Data extracted from a collection:
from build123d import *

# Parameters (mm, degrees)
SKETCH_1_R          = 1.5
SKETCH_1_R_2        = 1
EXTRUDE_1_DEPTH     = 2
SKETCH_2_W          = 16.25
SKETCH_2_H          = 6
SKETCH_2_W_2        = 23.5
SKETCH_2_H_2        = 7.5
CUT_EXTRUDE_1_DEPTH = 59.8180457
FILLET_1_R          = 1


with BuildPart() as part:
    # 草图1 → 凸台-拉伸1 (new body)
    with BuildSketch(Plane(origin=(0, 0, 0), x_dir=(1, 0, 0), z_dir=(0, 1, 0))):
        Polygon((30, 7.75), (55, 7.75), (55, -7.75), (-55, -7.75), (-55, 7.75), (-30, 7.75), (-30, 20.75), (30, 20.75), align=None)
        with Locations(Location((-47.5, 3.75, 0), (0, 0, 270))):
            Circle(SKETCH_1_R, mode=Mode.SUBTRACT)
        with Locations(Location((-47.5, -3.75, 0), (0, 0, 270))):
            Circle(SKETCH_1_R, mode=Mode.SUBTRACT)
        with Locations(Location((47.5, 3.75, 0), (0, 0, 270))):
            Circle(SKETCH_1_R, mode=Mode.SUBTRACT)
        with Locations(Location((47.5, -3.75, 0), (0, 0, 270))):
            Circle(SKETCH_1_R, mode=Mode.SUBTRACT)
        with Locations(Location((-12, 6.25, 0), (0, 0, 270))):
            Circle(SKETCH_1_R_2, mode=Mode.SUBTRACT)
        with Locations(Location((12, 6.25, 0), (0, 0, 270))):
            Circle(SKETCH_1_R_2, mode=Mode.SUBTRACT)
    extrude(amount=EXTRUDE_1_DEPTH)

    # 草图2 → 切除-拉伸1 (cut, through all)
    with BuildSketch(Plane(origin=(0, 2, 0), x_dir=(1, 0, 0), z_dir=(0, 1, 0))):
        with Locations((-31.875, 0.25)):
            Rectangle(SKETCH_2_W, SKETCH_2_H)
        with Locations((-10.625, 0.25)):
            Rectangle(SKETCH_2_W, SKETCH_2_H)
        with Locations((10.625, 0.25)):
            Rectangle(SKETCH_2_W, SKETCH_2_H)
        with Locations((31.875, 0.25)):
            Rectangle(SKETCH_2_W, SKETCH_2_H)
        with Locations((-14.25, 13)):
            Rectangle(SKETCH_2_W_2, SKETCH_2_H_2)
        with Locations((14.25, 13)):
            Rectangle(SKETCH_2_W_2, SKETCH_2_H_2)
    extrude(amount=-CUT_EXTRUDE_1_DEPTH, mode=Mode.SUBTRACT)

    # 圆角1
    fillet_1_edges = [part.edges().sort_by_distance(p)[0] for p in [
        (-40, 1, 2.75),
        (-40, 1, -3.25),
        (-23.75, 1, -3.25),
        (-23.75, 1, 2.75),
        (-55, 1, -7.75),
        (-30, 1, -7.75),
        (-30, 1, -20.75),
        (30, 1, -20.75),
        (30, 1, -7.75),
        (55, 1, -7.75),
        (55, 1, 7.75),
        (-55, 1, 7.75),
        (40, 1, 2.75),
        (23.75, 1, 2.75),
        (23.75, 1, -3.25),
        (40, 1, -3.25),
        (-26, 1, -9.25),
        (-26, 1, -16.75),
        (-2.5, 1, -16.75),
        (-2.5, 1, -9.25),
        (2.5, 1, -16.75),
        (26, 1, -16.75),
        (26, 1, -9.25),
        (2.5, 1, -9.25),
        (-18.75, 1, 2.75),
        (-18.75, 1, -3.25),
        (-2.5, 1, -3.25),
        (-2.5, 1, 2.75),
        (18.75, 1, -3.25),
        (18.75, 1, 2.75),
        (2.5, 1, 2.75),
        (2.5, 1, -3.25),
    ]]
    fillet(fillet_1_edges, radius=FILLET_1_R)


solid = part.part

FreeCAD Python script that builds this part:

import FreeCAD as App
import Part
import Sketcher

V = App.Vector
Q = App.Units.Quantity


def edges_at(feature, points):
    """Names of the edges that pass closest to the given points."""
    edges = feature.Shape.Edges
    near = lambda p: min(range(len(edges)), key=lambda i: edges[i].distToShape(Part.Vertex(*p))[0])
    return sorted({f"Edge{near(p) + 1}" for p in points})

doc = App.newDocument("Part")
body = doc.addObject("PartDesign::Body", "Body")

# Sketch on XZ plane
sketch1 = body.newObject("Sketcher::SketchObject", "Sketch")
sketch1.AttachmentSupport = (doc.getObject("XZ_Plane"), [""])
sketch1.MapMode = "FlatFace"
sketch1.addGeometry([
    Part.LineSegment(V(55, -7.8, 0), V(30, -7.8, 0)),  # 0
    Part.LineSegment(V(30, -7.8, 0), V(30, -20.8, 0)),  # 1
    Part.LineSegment(V(30, -20.8, 0), V(-30, -20.8, 0)),  # 2
    Part.LineSegment(V(-30, -20.8, 0), V(-30, -7.8, 0)),  # 3
    Part.LineSegment(V(-30, -7.8, 0), V(-55, -7.8, 0)),  # 4
    Part.LineSegment(V(-55, -7.8, 0), V(-55, 7.8, 0)),  # 5
    Part.LineSegment(V(-55, 7.8, 0), V(55, 7.8, 0)),  # 6
    Part.LineSegment(V(55, 7.8, 0), V(55, -7.8, 0)),  # 7
    Part.Circle(V(47.5, 3.8, 0), V(0, 0, 1), 1.5),  # 8
    Part.Circle(V(-47.5, 3.8, 0), V(0, 0, 1), 1.5),  # 9
    Part.Circle(V(47.5, -3.8, 0), V(0, 0, 1), 1.5),  # 10
    Part.Circle(V(12, -6.2, 0), V(0, 0, 1), 1),  # 11
    Part.Circle(V(-47.5, -3.8, 0), V(0, 0, 1), 1.5),  # 12
    Part.Circle(V(-12, -6.2, 0), V(0, 0, 1), 1),  # 13
], False)
sketch1.addConstraint([
    Sketcher.Constraint("Coincident", 0, 2, 1, 1),
    Sketcher.Constraint("Coincident", 1, 2, 2, 1),
    Sketcher.Constraint("Coincident", 2, 2, 3, 1),
    Sketcher.Constraint("Coincident", 3, 2, 4, 1),
    Sketcher.Constraint("Coincident", 4, 2, 5, 1),
    Sketcher.Constraint("Coincident", 5, 2, 6, 1),
    Sketcher.Constraint("Coincident", 6, 2, 7, 1),
    Sketcher.Constraint("Coincident", 7, 2, 0, 1),
    Sketcher.Constraint("Horizontal", 0),
    Sketcher.Constraint("Vertical", 1),
    Sketcher.Constraint("Horizontal", 2),
    Sketcher.Constraint("Vertical", 3),
    Sketcher.Constraint("Horizontal", 4),
    Sketcher.Constraint("Vertical", 5),
    Sketcher.Constraint("Horizontal", 6),
    Sketcher.Constraint("Vertical", 7),
    Sketcher.Constraint("Equal", 8, 9),
    Sketcher.Constraint("Equal", 9, 10),
    Sketcher.Constraint("Equal", 10, 12),
    Sketcher.Constraint("Equal", 11, 13),
    Sketcher.Constraint("Symmetric", 9, 3, 10, 3, -1, 1),
    Sketcher.Constraint("Symmetric", 8, 3, 12, 3, -1, 1),
    Sketcher.Constraint("Symmetric", 4, 2, 6, 2, -1, 1),
    Sketcher.Constraint("Symmetric", 8, 3, 9, 3, -2),
    Sketcher.Constraint("Symmetric", 11, 3, 13, 3, -2),
    Sketcher.Constraint("Symmetric", 0, 2, 3, 2, -2),
    Sketcher.Constraint("Diameter", 8, Q("3 mm")),
    Sketcher.Constraint("Diameter", 11, Q("2 mm")),
    Sketcher.Constraint("DistanceX", 0, 2, 0, 1, Q("25 mm")),
    Sketcher.Constraint("DistanceX", 2, 2, 2, 1, Q("60 mm")),
    Sketcher.Constraint("DistanceY", 1, 2, 1, 1, Q("13 mm")),
    Sketcher.Constraint("DistanceY", 5, 1, 5, 2, Q("15.5 mm")),
    Sketcher.Constraint("DistanceX", -1, 1, 11, 3, Q("12 mm")),
    Sketcher.Constraint("DistanceX", 9, 3, 8, 3, Q("95 mm")),
    Sketcher.Constraint("DistanceY", 11, 3, 8, 3, Q("10 mm")),
    Sketcher.Constraint("DistanceY", 0, 2, 10, 3, Q("4 mm")),
])
pad1 = body.newObject("PartDesign::Pad", "Pad")
pad1.Profile = sketch1
pad1.Length = 2
pad1.Reversed = True

# Sketch on XZ plane
sketch2 = body.newObject("Sketcher::SketchObject", "Sketch001")
sketch2.AttachmentSupport = (doc.getObject("XZ_Plane"), [""])
sketch2.MapMode = "FlatFace"
sketch2.AttachmentOffset = App.Placement(V(0, 0, -2), App.Rotation())
sketch2.addGeometry([
    Part.LineSegment(V(-40, -3, 0), V(-40, 3, 0)),  # 0
    Part.LineSegment(V(-40, 3, 0), V(-24, 3, 0)),  # 1
    Part.LineSegment(V(-24, 3, 0), V(-24, -3, 0)),  # 2
    Part.LineSegment(V(-24, -3, 0), V(-40, -3, 0)),  # 3
    Part.LineSegment(V(-19, -3, 0), V(-19, 3, 0)),  # 4
    Part.LineSegment(V(-19, 3, 0), V(-2, 3, 0)),  # 5
    Part.LineSegment(V(-2, 3, 0), V(-2, -3, 0)),  # 6
    Part.LineSegment(V(-2, -3, 0), V(-19, -3, 0)),  # 7
    Part.LineSegment(V(2, -3, 0), V(2, 3, 0)),  # 8
    Part.LineSegment(V(2, 3, 0), V(19, 3, 0)),  # 9
    Part.LineSegment(V(19, 3, 0), V(19, -3, 0)),  # 10
    Part.LineSegment(V(19, -3, 0), V(2, -3, 0)),  # 11
    Part.LineSegment(V(24, -3, 0), V(24, 3, 0)),  # 12
    Part.LineSegment(V(24, 3, 0), V(40, 3, 0)),  # 13
    Part.LineSegment(V(40, 3, 0), V(40, -3, 0)),  # 14
    Part.LineSegment(V(40, -3, 0), V(24, -3, 0)),  # 15
    Part.LineSegment(V(-26, -17, 0), V(-26, -9, 0)),  # 16
    Part.LineSegment(V(-26, -9, 0), V(-2, -9, 0)),  # 17
    Part.LineSegment(V(-2, -9, 0), V(-2, -17, 0)),  # 18
    Part.LineSegment(V(-2, -17, 0), V(-26, -17, 0)),  # 19
    Part.LineSegment(V(2, -17, 0), V(2, -9, 0)),  # 20
    Part.LineSegment(V(2, -9, 0), V(26, -9, 0)),  # 21
    Part.LineSegment(V(26, -9, 0), V(26, -17, 0)),  # 22
    Part.LineSegment(V(26, -17, 0), V(2, -17, 0)),  # 23
], False)
sketch2.addConstraint([
    Sketcher.Constraint("Coincident", 0, 2, 1, 1),
    Sketcher.Constraint("Coincident", 1, 2, 2, 1),
    Sketcher.Constraint("Coincident", 2, 2, 3, 1),
    Sketcher.Constraint("Coincident", 3, 2, 0, 1),
    Sketcher.Constraint("Coincident", 4, 2, 5, 1),
    Sketcher.Constraint("Coincident", 5, 2, 6, 1),
    Sketcher.Constraint("Coincident", 6, 2, 7, 1),
    Sketcher.Constraint("Coincident", 7, 2, 4, 1),
    Sketcher.Constraint("Coincident", 8, 2, 9, 1),
    Sketcher.Constraint("Coincident", 9, 2, 10, 1),
    Sketcher.Constraint("Coincident", 10, 2, 11, 1),
    Sketcher.Constraint("Coincident", 11, 2, 8, 1),
    Sketcher.Constraint("Coincident", 12, 2, 13, 1),
    Sketcher.Constraint("Coincident", 13, 2, 14, 1),
    Sketcher.Constraint("Coincident", 14, 2, 15, 1),
    Sketcher.Constraint("Coincident", 15, 2, 12, 1),
    Sketcher.Constraint("Coincident", 16, 2, 17, 1),
    Sketcher.Constraint("Coincident", 17, 2, 18, 1),
    Sketcher.Constraint("Coincident", 18, 2, 19, 1),
    Sketcher.Constraint("Coincident", 19, 2, 16, 1),
    Sketcher.Constraint("Coincident", 20, 2, 21, 1),
    Sketcher.Constraint("Coincident", 21, 2, 22, 1),
    Sketcher.Constraint("Coincident", 22, 2, 23, 1),
    Sketcher.Constraint("Coincident", 23, 2, 20, 1),
    Sketcher.Constraint("Vertical", 0),
    Sketcher.Constraint("Horizontal", 1),
    Sketcher.Constraint("Vertical", 2),
    Sketcher.Constraint("Horizontal", 3),
    Sketcher.Constraint("Vertical", 4),
    Sketcher.Constraint("Horizontal", 5),
    Sketcher.Constraint("Vertical", 6),
    Sketcher.Constraint("Horizontal", 7),
    Sketcher.Constraint("Vertical", 8),
    Sketcher.Constraint("Horizontal", 9),
    Sketcher.Constraint("Vertical", 10),
    Sketcher.Constraint("Horizontal", 11),
    Sketcher.Constraint("Vertical", 12),
    Sketcher.Constraint("Horizontal", 13),
    Sketcher.Constraint("Vertical", 14),
    Sketcher.Constraint("Horizontal", 15),
    Sketcher.Constraint("Vertical", 16),
    Sketcher.Constraint("Horizontal", 17),
    Sketcher.Constraint("Vertical", 18),
    Sketcher.Constraint("Horizontal", 19),
    Sketcher.Constraint("Vertical", 20),
    Sketcher.Constraint("Horizontal", 21),
    Sketcher.Constraint("Vertical", 22),
    Sketcher.Constraint("Horizontal", 23),
    Sketcher.Constraint("Symmetric", 5, 2, 8, 2, -2),
    Sketcher.Constraint("Symmetric", 7, 2, 10, 2, -2),
    Sketcher.Constraint("Symmetric", 1, 2, 12, 2, -2),
    Sketcher.Constraint("Symmetric", 3, 2, 14, 2, -2),
    Sketcher.Constraint("Symmetric", 17, 2, 20, 2, -2),
    Sketcher.Constraint("Symmetric", 19, 2, 22, 2, -2),
    Sketcher.Constraint("Horizontal", 1, 2, 4, 2),
    Sketcher.Constraint("Horizontal", 3, 2, 6, 2),
    Sketcher.Constraint("Vertical", 6, 2, 17, 2),
    Sketcher.Constraint("Equal", 3, 5),
    Sketcher.Constraint("DistanceY", 0, 1, 0, 2, Q("6 mm")),
    Sketcher.Constraint("DistanceX", 17, 1, 17, 2, Q("23.5 mm")),
    Sketcher.Constraint("DistanceY", 16, 1, 16, 2, Q("7.5 mm")),
    Sketcher.Constraint("DistanceX", 0, 2, -1, 1, Q("40 mm")),
    Sketcher.Constraint("DistanceX", 16, 2, -1, 1, Q("26 mm")),
    Sketcher.Constraint("DistanceX", 1, 2, 4, 2, Q("5 mm")),
    Sketcher.Constraint("DistanceY", 16, 2, 2, 2, Q("6 mm")),
    Sketcher.Constraint("DistanceY", -1, 1, 0, 2, Q("2.75 mm")),
])
pocket1 = body.newObject("PartDesign::Pocket", "Pocket")
pocket1.Profile = sketch2
pocket1.Type = "ThroughAll"
pocket1.Reversed = True
doc.recompute()

fillet = body.newObject("PartDesign::Fillet", "Fillet")
fillet.Base = (pocket1, edges_at(pocket1, [
    (-40, 1, 2.75),
    (-40, 1, -3.25),
    (-23.75, 1, -3.25),
    (-23.75, 1, 2.75),
    (-55, 1, -7.75),
    (-30, 1, -7.75),
    (-30, 1, -20.75),
    (30, 1, -20.75),
    (30, 1, -7.75),
    (55, 1, -7.75),
    (55, 1, 7.75),
    (-55, 1, 7.75),
    (40, 1, 2.75),
    (23.75, 1, 2.75),
    (23.75, 1, -3.25),
    (40, 1, -3.25),
    (-26, 1, -9.25),
    (-26, 1, -16.75),
    (-2.5, 1, -16.75),
    (-2.5, 1, -9.25),
    (2.5, 1, -16.75),
    (26, 1, -16.75),
    (26, 1, -9.25),
    (2.5, 1, -9.25),
    (-18.75, 1, 2.75),
    (-18.75, 1, -3.25),
    (-2.5, 1, -3.25),
    (-2.5, 1, 2.75),
    (18.75, 1, -3.25),
    (18.75, 1, 2.75),
    (2.5, 1, 2.75),
    (2.5, 1, -3.25),
]))
fillet.Radius = 1

doc.recompute()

Task prompt: Copy the lines that hold the word "origin". Take them from the records above.

Reply:
    with BuildSketch(Plane(origin=(0, 0, 0), x_dir=(1, 0, 0), z_dir=(0, 1, 0))):
    with BuildSketch(Plane(origin=(0, 2, 0), x_dir=(1, 0, 0), z_dir=(0, 1, 0))):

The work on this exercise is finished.